┌─ GIVEN RECORDS

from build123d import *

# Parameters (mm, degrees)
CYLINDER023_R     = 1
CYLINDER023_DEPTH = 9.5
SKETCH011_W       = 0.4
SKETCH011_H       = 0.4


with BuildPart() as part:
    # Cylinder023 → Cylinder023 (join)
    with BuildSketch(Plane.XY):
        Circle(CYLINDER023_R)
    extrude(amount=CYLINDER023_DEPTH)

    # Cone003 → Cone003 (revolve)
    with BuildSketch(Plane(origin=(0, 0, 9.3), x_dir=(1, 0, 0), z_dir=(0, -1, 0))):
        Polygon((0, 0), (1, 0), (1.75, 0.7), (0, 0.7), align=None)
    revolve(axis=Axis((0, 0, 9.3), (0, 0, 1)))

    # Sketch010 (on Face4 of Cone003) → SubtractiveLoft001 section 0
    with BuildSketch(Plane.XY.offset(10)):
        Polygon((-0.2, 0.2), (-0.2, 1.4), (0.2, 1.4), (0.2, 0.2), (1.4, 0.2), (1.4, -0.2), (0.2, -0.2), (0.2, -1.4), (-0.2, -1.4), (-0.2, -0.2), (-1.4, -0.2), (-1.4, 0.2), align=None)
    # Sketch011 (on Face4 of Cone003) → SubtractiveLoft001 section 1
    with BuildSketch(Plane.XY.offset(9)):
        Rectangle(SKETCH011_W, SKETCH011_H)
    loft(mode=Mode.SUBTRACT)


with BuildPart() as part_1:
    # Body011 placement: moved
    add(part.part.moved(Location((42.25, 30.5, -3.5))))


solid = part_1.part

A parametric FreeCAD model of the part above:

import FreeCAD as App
import Part
import Sketcher
Q = App.Units.Quantity

doc = App.newDocument("Part")
body = doc.addObject("PartDesign::Body", "Body")

# Sketch on XY plane
sketch1 = doc.addObject("Sketcher::SketchObject", "Sketch")
body.addObject(sketch1)
sketch1.AttachmentSupport = (doc.XY_Plane, [""])
sketch1.MapMode = "FlatFace"
sketch1.addGeometry(Part.Circle(App.Vector(0, 0, 0), App.Vector(0, 0, 1), 1), False)
sketch1.addConstraint(Sketcher.Constraint("Coincident", 0, 3, -1, 1))
sketch1.addConstraint(Sketcher.Constraint("Diameter", 0, Q("2 mm")))
pad1 = doc.addObject("PartDesign::Pad", "Pad")
body.addObject(pad1)
pad1.Profile = sketch1
pad1.Length = 9.5

# Sketch on XZ plane
sketch2 = doc.addObject("Sketcher::SketchObject", "Sketch001")
body.addObject(sketch2)
sketch2.AttachmentSupport = (doc.XZ_Plane, [""])
sketch2.MapMode = "FlatFace"
sketch2.addGeometry(Part.LineSegment(App.Vector(0, 9.3, 0), App.Vector(1, 9.3, 0)), False)
sketch2.addGeometry(Part.LineSegment(App.Vector(1, 9.3, 0), App.Vector(1.8, 10, 0)), False)
sketch2.addGeometry(Part.LineSegment(App.Vector(1.8, 10, 0), App.Vector(0, 10, 0)), False)
sketch2.addGeometry(Part.LineSegment(App.Vector(0, 10, 0), App.Vector(0, 9.3, 0)), False)
sketch2.addConstraint(Sketcher.Constraint("Coincident", 0, 2, 1, 1))
sketch2.addConstraint(Sketcher.Constraint("Coincident", 1, 2, 2, 1))
sketch2.addConstraint(Sketcher.Constraint("Coincident", 2, 2, 3, 1))
sketch2.addConstraint(Sketcher.Constraint("Coincident", 3, 2, 0, 1))
sketch2.addConstraint(Sketcher.Constraint("Horizontal", 0))
sketch2.addConstraint(Sketcher.Constraint("Horizontal", 2))
sketch2.addConstraint(Sketcher.Constraint("Vertical", 3))
sketch2.addConstraint(Sketcher.Constraint("PointOnObject", 2, 2, -2))
sketch2.addConstraint(Sketcher.Constraint("DistanceX", 0, 1, 0, 2, Q("1 mm")))
sketch2.addConstraint(Sketcher.Constraint("DistanceY", 3, 2, 3, 1, Q("0.7 mm")))
sketch2.addConstraint(Sketcher.Constraint("DistanceY", -1, 1, 1, 2, Q("10 mm")))
sketch2.addConstraint(Sketcher.Constraint("DistanceX", 2, 2, 2, 1, Q("1.75 mm")))
revolution = doc.addObject("PartDesign::Revolution", "Revolution")
body.addObject(revolution)
revolution.Profile = sketch2
revolution.ReferenceAxis = (sketch2, ["V_Axis"])
revolution.Angle = 360

# Sketch on XY plane
sketch3 = doc.addObject("Sketcher::SketchObject", "Sketch002")
body.addObject(sketch3)
sketch3.AttachmentSupport = (doc.XY_Plane, [""])
sketch3.MapMode = "FlatFace"
sketch3.AttachmentOffset = App.Placement(App.Vector(0, 0, 10), App.Rotation())
sketch3.addGeometry(Part.LineSegment(App.Vector(-0.2, 1.4, 0), App.Vector(-0.2, 0.2, 0)), False)
sketch3.addGeometry(Part.LineSegment(App.Vector(-0.2, 0.2, 0), App.Vector(-1.4, 0.2, 0)), False)
sketch3.addGeometry(Part.LineSegment(App.Vector(-1.4, 0.2, 0), App.Vector(-1.4, -0.2, 0)), False)
sketch3.addGeometry(Part.LineSegment(App.Vector(-1.4, -0.2, 0), App.Vector(-0.2, -0.2, 0)), False)
sketch3.addGeometry(Part.LineSegment(App.Vector(-0.2, -0.2, 0), App.Vector(-0.2, -1.4, 0)), False)
sketch3.addGeometry(Part.LineSegment(App.Vector(-0.2, -1.4, 0), App.Vector(0.2, -1.4, 0)), False)
sketch3.addGeometry(Part.LineSegment(App.Vector(0.2, -1.4, 0), App.Vector(0.2, -0.2, 0)), False)
sketch3.addGeometry(Part.LineSegment(App.Vector(0.2, -0.2, 0), App.Vector(1.4, -0.2, 0)), False)
sketch3.addGeometry(Part.LineSegment(App.Vector(1.4, -0.2, 0), App.Vector(1.4, 0.2, 0)), False)
sketch3.addGeometry(Part.LineSegment(App.Vector(1.4, 0.2, 0), App.Vector(0.2, 0.2, 0)), False)
sketch3.addGeometry(Part.LineSegment(App.Vector(0.2, 0.2, 0), App.Vector(0.2, 1.4, 0)), False)
sketch3.addGeometry(Part.LineSegment(App.Vector(0.2, 1.4, 0), App.Vector(-0.2, 1.4, 0)), False)
sketch3.addConstraint(Sketcher.Constraint("Coincident", 0, 2, 1, 1))
sketch3.addConstraint(Sketcher.Constraint("Coincident", 1, 2, 2, 1))
sketch3.addConstraint(Sketcher.Constraint("Coincident", 2, 2, 3, 1))
sketch3.addConstraint(Sketcher.Constraint("Coincident", 3, 2, 4, 1))
sketch3.addConstraint(Sketcher.Constraint("Coincident", 4, 2, 5, 1))
sketch3.addConstraint(Sketcher.Constraint("Coincident", 5, 2, 6, 1))
sketch3.addConstraint(Sketcher.Constraint("Coincident", 6, 2, 7, 1))
sketch3.addConstraint(Sketcher.Constraint("Coincident", 7, 2, 8, 1))
sketch3.addConstraint(Sketcher.Constraint("Coincident", 8, 2, 9, 1))
sketch3.addConstraint(Sketcher.Constraint("Coincident", 9, 2, 10, 1))
sketch3.addConstraint(Sketcher.Constraint("Coincident", 10, 2, 11, 1))
sketch3.addConstraint(Sketcher.Constraint("Coincident", 11, 2, 0, 1))
sketch3.addConstraint(Sketcher.Constraint("Vertical", 0))
sketch3.addConstraint(Sketcher.Constraint("Horizontal", 1))
sketch3.addConstraint(Sketcher.Constraint("Vertical", 2))
sketch3.addConstraint(Sketcher.Constraint("Horizontal", 3))
sketch3.addConstraint(Sketcher.Constraint("Vertical", 4))
sketch3.addConstraint(Sketcher.Constraint("Horizontal", 5))
sketch3.addConstraint(Sketcher.Constraint("Vertical", 6))
sketch3.addConstraint(Sketcher.Constraint("Horizontal", 7))
sketch3.addConstraint(Sketcher.Constraint("Vertical", 8))
sketch3.addConstraint(Sketcher.Constraint("Horizontal", 9))
sketch3.addConstraint(Sketcher.Constraint("Vertical", 10))
sketch3.addConstraint(Sketcher.Constraint("Horizontal", 11))
sketch3.addConstraint(Sketcher.Constraint("Symmetric", 0, 2, 6, 2, -1, 1))
sketch3.addConstraint(Sketcher.Constraint("Symmetric", 2, 2, 8, 2, -1, 1))
sketch3.addConstraint(Sketcher.Constraint("Symmetric", 4, 2, 10, 2, -1, 1))
sketch3.addConstraint(Sketcher.Constraint("Symmetric", 3, 2, 6, 2, -2))
sketch3.addConstraint(Sketcher.Constraint("Equal", 9, 0))
sketch3.addConstraint(Sketcher.Constraint("Equal", 11, 2))
sketch3.addConstraint(Sketcher.Constraint("DistanceX", 1, 2, 1, 1, Q("1.2 mm")))
sketch3.addConstraint(Sketcher.Constraint("DistanceX", 5, 1, 5, 2, Q("0.4 mm")))

# Sketch on XY plane
sketch4 = doc.addObject("Sketcher::SketchObject", "Sketch003")
body.addObject(sketch4)
sketch4.AttachmentSupport = (doc.XY_Plane, [""])
sketch4.MapMode = "FlatFace"
sketch4.AttachmentOffset = App.Placement(App.Vector(0, 0, 9), App.Rotation())
sketch4.addGeometry(Part.LineSegment(App.Vector(-0.2, 0.2, 0), App.Vector(-0.2, -0.2, 0)), False)
sketch4.addGeometry(Part.LineSegment(App.Vector(-0.2, -0.2, 0), App.Vector(0.2, -0.2, 0)), False)
sketch4.addGeometry(Part.LineSegment(App.Vector(0.2, -0.2, 0), App.Vector(0.2, 0.2, 0)), False)
sketch4.addGeometry(Part.LineSegment(App.Vector(0.2, 0.2, 0), App.Vector(-0.2, 0.2, 0)), False)
sketch4.addConstraint(Sketcher.Constraint("Coincident", 0, 2, 1, 1))
sketch4.addConstraint(Sketcher.Constraint("Coincident", 1, 2, 2, 1))
sketch4.addConstraint(Sketcher.Constraint("Coincident", 2, 2, 3, 1))
sketch4.addConstraint(Sketcher.Constraint("Coincident", 3, 2, 0, 1))
sketch4.addConstraint(Sketcher.Constraint("Vertical", 0))
sketch4.addConstraint(Sketcher.Constraint("Horizontal", 1))
sketch4.addConstraint(Sketcher.Constraint("Vertical", 2))
sketch4.addConstraint(Sketcher.Constraint("Horizontal", 3))
sketch4.addConstraint(Sketcher.Constraint("Symmetric", 0, 2, 2, 2, -1, 1))
sketch4.addConstraint(Sketcher.Constraint("Equal", 3, 0))
sketch4.addConstraint(Sketcher.Constraint("DistanceX", 1, 1, 1, 2, Q("0.4 mm")))

subtractiveloft = doc.addObject("PartDesign::SubtractiveLoft", "SubtractiveLoft")
body.addObject(subtractiveloft)
subtractiveloft.Profile = sketch3
subtractiveloft.Sections = [sketch4]
body2 = doc.addObject("PartDesign::Body", "Body001")
doc.recompute()

body.Placement = App.Placement(App.Vector(42.25, 30.5, -3.5), App.Rotation(App.Vector(0, 0, 1), 0))
boolean = doc.addObject("PartDesign::Boolean", "Boolean")
body2.addObject(boolean)
boolean.Type = "Fuse"
boolean.addObjects([body])

doc.recompute()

└─

REQUIREMENT:
Both the first line of the data above and the line with "Circle(CYLINDER023_R)" must be included; please return exactly those lines and the ones between them.

SOLUTION TO THIS TASK:
from build123d import *

# Parameters (mm, degrees)
CYLINDER023_R     = 1
CYLINDER023_DEPTH = 9.5
SKETCH011_W       = 0.4
SKETCH011_H       = 0.4


with BuildPart() as part:
    # Cylinder023 → Cylinder023 (join)
    with BuildSketch(Plane.XY):
        Circle(CYLINDER023_R)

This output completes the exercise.